Exercise goal: Consider the listing below. Extract exactly the lines from the line containing "v -20 6.401 -2.368" to the line containing "v 19 6.5 -14.732", both included.

Input for this task:
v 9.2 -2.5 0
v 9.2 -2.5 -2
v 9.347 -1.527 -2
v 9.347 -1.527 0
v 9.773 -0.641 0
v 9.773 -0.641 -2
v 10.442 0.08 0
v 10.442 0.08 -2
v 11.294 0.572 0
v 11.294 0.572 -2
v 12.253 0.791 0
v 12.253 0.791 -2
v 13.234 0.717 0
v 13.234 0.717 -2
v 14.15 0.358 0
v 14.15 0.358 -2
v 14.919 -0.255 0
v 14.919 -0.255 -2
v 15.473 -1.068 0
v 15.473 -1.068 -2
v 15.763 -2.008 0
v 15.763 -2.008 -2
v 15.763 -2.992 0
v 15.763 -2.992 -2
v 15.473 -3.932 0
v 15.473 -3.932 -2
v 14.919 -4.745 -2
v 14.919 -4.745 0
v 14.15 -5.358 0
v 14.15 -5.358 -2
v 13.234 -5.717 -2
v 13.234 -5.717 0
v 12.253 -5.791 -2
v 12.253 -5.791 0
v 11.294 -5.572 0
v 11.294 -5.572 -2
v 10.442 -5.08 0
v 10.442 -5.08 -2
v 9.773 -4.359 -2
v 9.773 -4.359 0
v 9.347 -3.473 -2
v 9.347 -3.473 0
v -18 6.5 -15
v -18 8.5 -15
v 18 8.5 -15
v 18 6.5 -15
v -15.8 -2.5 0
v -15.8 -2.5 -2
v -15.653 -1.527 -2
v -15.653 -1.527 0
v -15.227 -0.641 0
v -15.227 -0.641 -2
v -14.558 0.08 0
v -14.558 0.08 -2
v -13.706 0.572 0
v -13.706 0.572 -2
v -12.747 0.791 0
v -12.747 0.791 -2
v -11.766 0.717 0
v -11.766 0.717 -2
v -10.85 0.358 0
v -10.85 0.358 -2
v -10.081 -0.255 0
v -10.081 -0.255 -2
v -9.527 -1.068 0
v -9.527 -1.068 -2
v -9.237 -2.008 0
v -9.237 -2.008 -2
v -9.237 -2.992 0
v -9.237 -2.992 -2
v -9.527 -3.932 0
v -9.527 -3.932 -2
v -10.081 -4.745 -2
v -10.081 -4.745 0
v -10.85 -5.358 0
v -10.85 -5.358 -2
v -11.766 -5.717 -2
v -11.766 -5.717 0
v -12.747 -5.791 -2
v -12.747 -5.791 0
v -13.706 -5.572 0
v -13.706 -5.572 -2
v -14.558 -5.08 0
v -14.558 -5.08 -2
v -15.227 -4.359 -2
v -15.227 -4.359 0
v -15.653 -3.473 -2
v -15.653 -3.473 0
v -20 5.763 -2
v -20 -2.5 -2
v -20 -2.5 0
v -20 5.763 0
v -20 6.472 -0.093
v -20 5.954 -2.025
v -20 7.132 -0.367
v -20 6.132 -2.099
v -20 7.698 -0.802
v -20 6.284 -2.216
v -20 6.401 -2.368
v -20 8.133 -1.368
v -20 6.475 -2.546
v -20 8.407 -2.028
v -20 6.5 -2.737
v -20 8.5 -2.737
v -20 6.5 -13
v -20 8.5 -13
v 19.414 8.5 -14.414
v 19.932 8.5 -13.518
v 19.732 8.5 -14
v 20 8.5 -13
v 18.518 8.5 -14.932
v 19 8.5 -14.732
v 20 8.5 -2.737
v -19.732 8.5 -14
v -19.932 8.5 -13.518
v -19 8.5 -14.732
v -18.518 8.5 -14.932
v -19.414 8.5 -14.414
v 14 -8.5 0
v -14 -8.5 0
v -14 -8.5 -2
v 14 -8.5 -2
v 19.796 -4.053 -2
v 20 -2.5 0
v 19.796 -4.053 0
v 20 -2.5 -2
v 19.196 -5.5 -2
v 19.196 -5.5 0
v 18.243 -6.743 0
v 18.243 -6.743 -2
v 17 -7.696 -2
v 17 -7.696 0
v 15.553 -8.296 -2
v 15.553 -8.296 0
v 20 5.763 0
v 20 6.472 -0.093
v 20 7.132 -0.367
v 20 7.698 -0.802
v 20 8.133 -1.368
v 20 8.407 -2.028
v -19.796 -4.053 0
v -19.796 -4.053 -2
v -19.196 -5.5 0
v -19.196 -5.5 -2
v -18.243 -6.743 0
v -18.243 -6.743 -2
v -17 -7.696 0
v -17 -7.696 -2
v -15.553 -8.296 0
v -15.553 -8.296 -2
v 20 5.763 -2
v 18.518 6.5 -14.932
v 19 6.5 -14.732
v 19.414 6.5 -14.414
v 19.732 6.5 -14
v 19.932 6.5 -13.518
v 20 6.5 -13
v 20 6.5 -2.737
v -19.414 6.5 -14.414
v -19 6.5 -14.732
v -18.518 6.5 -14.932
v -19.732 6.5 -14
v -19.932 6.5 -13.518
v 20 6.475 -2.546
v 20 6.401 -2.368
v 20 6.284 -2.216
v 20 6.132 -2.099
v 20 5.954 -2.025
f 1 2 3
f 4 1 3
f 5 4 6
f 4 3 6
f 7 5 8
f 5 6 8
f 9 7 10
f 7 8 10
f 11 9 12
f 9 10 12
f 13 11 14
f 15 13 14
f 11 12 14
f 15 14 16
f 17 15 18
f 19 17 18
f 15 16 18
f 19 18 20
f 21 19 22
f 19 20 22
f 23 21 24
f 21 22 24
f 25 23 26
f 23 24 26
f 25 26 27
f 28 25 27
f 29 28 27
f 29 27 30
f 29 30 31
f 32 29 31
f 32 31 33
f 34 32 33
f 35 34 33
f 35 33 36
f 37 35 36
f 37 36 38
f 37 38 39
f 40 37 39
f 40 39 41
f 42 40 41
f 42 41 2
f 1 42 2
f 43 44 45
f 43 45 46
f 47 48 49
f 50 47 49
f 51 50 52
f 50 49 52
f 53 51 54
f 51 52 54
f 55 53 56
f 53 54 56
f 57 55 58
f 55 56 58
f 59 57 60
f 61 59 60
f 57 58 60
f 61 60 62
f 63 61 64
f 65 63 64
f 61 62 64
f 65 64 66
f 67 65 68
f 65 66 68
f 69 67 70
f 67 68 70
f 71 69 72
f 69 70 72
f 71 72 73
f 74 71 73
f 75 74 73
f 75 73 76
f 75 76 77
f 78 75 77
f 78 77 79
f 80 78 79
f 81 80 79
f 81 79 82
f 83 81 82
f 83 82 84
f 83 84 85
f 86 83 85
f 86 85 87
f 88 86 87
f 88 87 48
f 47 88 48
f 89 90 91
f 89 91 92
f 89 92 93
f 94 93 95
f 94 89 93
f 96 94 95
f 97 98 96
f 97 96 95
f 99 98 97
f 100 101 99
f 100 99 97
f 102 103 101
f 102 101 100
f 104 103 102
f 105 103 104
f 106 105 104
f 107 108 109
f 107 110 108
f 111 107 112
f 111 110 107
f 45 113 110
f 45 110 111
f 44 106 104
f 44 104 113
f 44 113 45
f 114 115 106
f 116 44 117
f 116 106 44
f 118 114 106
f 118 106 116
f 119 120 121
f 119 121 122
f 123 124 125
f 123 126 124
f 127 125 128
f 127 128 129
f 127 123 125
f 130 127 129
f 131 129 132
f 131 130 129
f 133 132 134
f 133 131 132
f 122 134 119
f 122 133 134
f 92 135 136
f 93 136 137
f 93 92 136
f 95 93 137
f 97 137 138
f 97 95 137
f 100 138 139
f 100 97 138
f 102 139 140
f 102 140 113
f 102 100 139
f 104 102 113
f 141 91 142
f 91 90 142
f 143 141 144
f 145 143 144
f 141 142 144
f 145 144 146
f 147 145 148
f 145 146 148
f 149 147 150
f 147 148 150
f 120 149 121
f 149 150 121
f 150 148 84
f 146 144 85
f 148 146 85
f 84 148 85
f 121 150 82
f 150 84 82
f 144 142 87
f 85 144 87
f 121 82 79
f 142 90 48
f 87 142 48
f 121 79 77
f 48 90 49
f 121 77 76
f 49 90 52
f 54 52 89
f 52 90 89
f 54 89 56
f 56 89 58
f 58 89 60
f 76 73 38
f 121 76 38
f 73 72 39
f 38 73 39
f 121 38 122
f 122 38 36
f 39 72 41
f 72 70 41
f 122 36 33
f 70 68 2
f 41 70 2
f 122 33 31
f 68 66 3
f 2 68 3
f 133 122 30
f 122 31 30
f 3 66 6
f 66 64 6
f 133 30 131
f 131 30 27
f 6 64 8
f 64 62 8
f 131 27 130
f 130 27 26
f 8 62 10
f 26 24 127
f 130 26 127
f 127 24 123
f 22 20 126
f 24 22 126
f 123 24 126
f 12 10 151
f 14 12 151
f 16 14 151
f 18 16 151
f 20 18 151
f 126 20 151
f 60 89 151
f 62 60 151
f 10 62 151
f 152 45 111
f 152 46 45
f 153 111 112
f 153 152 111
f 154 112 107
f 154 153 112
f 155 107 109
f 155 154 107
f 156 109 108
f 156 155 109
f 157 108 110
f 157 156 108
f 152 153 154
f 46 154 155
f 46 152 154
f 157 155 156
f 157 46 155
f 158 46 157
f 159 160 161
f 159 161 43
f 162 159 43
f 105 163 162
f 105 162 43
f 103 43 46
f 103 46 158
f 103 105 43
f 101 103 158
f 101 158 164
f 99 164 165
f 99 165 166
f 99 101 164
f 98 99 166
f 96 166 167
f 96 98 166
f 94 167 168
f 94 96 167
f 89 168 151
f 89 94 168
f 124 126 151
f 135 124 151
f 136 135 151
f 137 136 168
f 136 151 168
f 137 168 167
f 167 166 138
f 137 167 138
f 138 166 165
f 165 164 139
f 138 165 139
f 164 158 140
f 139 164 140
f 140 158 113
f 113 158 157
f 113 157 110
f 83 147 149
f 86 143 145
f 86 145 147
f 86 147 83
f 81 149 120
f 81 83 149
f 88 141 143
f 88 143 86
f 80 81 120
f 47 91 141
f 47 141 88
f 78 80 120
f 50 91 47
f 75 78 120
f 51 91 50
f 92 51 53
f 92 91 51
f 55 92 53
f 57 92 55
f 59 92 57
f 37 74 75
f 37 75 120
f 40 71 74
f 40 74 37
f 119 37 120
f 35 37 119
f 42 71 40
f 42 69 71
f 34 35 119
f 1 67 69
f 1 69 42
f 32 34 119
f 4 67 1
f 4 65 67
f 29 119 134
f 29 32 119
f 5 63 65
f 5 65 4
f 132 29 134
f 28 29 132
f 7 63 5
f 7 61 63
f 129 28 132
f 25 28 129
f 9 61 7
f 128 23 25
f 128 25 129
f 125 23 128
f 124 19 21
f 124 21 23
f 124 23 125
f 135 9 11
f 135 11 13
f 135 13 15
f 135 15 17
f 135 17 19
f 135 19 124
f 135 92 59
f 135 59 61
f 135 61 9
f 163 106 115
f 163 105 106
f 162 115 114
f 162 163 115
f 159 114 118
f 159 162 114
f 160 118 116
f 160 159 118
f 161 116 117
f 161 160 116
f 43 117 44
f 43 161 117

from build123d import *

# Parameters (mm, degrees)
SKETCH_2_W                       = 40
SKETCH_2_H                       = 17
SM_BASE_FLANGE_1_DEPTH           = 2
SM_EDGE_FLANGE_1_STRIP_W         = 9.4732
SM_EDGE_FLANGE_1_STRIP_H         = 2
SM_EDGE_FLANGE_1_STRIP_CUT_DEPTH = 40
SM_EDGE_FLANGE_1_DEPTH           = 40
SKETCH_10_R                      = 3.3
CUT_EXTRUDE_1_DEPTH              = 10
FILLET_1_R                       = 6
FILLET_2_R                       = 2


# Sheet-metal steps are written as plain solids
with BuildPart() as part:
    # Sketch 2 → 基体-法兰1 (new body)
    with BuildSketch(Plane.XY):
        Rectangle(SKETCH_2_W, SKETCH_2_H)
    extrude(amount=-SM_BASE_FLANGE_1_DEPTH)

    # 边线-法兰1 strip (across the edge) → 边线-法兰1 strip cut (cut)
    with BuildSketch(Plane(origin=(-20, 8.5, -2), x_dir=(0, -1, 0), z_dir=(1, 0, 0))):
        with Locations((-2, -1)):
            Rectangle(SM_EDGE_FLANGE_1_STRIP_W, SM_EDGE_FLANGE_1_STRIP_H)
    extrude(amount=SM_EDGE_FLANGE_1_STRIP_CUT_DEPTH, mode=Mode.SUBTRACT)

    # 边线-法兰1 section (across the edge) → 边线-法兰1 (add)
    with BuildSketch(Plane(origin=(-20, 8.5, -2), x_dir=(0, -1, 0), z_dir=(1, 0, 0))):
        with BuildLine():
            Line((0, 0.7366), (0, 13))
            Line((0, 13), (2, 13))
            Line((2, 13), (2, 0.7366))
            ThreePointArc((2, 0.7366), (2.215745145, 0.215745145), (2.7366, 0))
            Line((2.7366, 0), (2.7366, -2))
            ThreePointArc((2.7366, -2), (0.801531583, -1.198468417), (0, 0.7366))
        make_face()
    extrude(amount=SM_EDGE_FLANGE_1_DEPTH)

    # 草图10 → 切除-拉伸1 (cut)
    with BuildSketch(Plane(origin=(0, 0, -2), x_dir=(-1, 0, 0), z_dir=(0, 0, -1))):
        with Locations((-12.5, -2.5)):
            Circle(SKETCH_10_R)
        with Locations((12.5, -2.5)):
            Circle(SKETCH_10_R)
    extrude(amount=-CUT_EXTRUDE_1_DEPTH, mode=Mode.SUBTRACT)

    # 圆角1
    fillet_1_edges = [part.edges().sort_by_distance(p)[0] for p in [
        (20, -8.5, -1),
        (-20, -8.5, -1),
    ]]
    fillet(fillet_1_edges, radius=FILLET_1_R)

    # 圆角2
    fillet_2_edges = [part.edges().sort_by_distance(p)[0] for p in [
        (-20, 7.5, -15),
        (20, 7.5, -15),
    ]]
    fillet(fillet_2_edges, radius=FILLET_2_R)


solid = part.part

Answer for this exercise:
v -20 6.401 -2.368
v -20 8.133 -1.368
v -20 6.475 -2.546
v -20 8.407 -2.028
v -20 6.5 -2.737
v -20 8.5 -2.737
v -20 6.5 -13
v -20 8.5 -13
v 19.414 8.5 -14.414
v 19.932 8.5 -13.518
v 19.732 8.5 -14
v 20 8.5 -13
v 18.518 8.5 -14.932
v 19 8.5 -14.732
v 20 8.5 -2.737
v -19.732 8.5 -14
v -19.932 8.5 -13.518
v -19 8.5 -14.732
v -18.518 8.5 -14.932
v -19.414 8.5 -14.414
v 14 -8.5 0
v -14 -8.5 0
v -14 -8.5 -2
v 14 -8.5 -2
v 19.796 -4.053 -2
v 20 -2.5 0
v 19.796 -4.053 0
v 20 -2.5 -2
v 19.196 -5.5 -2
v 19.196 -5.5 0
v 18.243 -6.743 0
v 18.243 -6.743 -2
v 17 -7.696 -2
v 17 -7.696 0
v 15.553 -8.296 -2
v 15.553 -8.296 0
v 20 5.763 0
v 20 6.472 -0.093
v 20 7.132 -0.367
v 20 7.698 -0.802
v 20 8.133 -1.368
v 20 8.407 -2.028
v -19.796 -4.053 0
v -19.796 -4.053 -2
v -19.196 -5.5 0
v -19.196 -5.5 -2
v -18.243 -6.743 0
v -18.243 -6.743 -2
v -17 -7.696 0
v -17 -7.696 -2
v -15.553 -8.296 0
v -15.553 -8.296 -2
v 20 5.763 -2
v 18.518 6.5 -14.932
v 19 6.5 -14.732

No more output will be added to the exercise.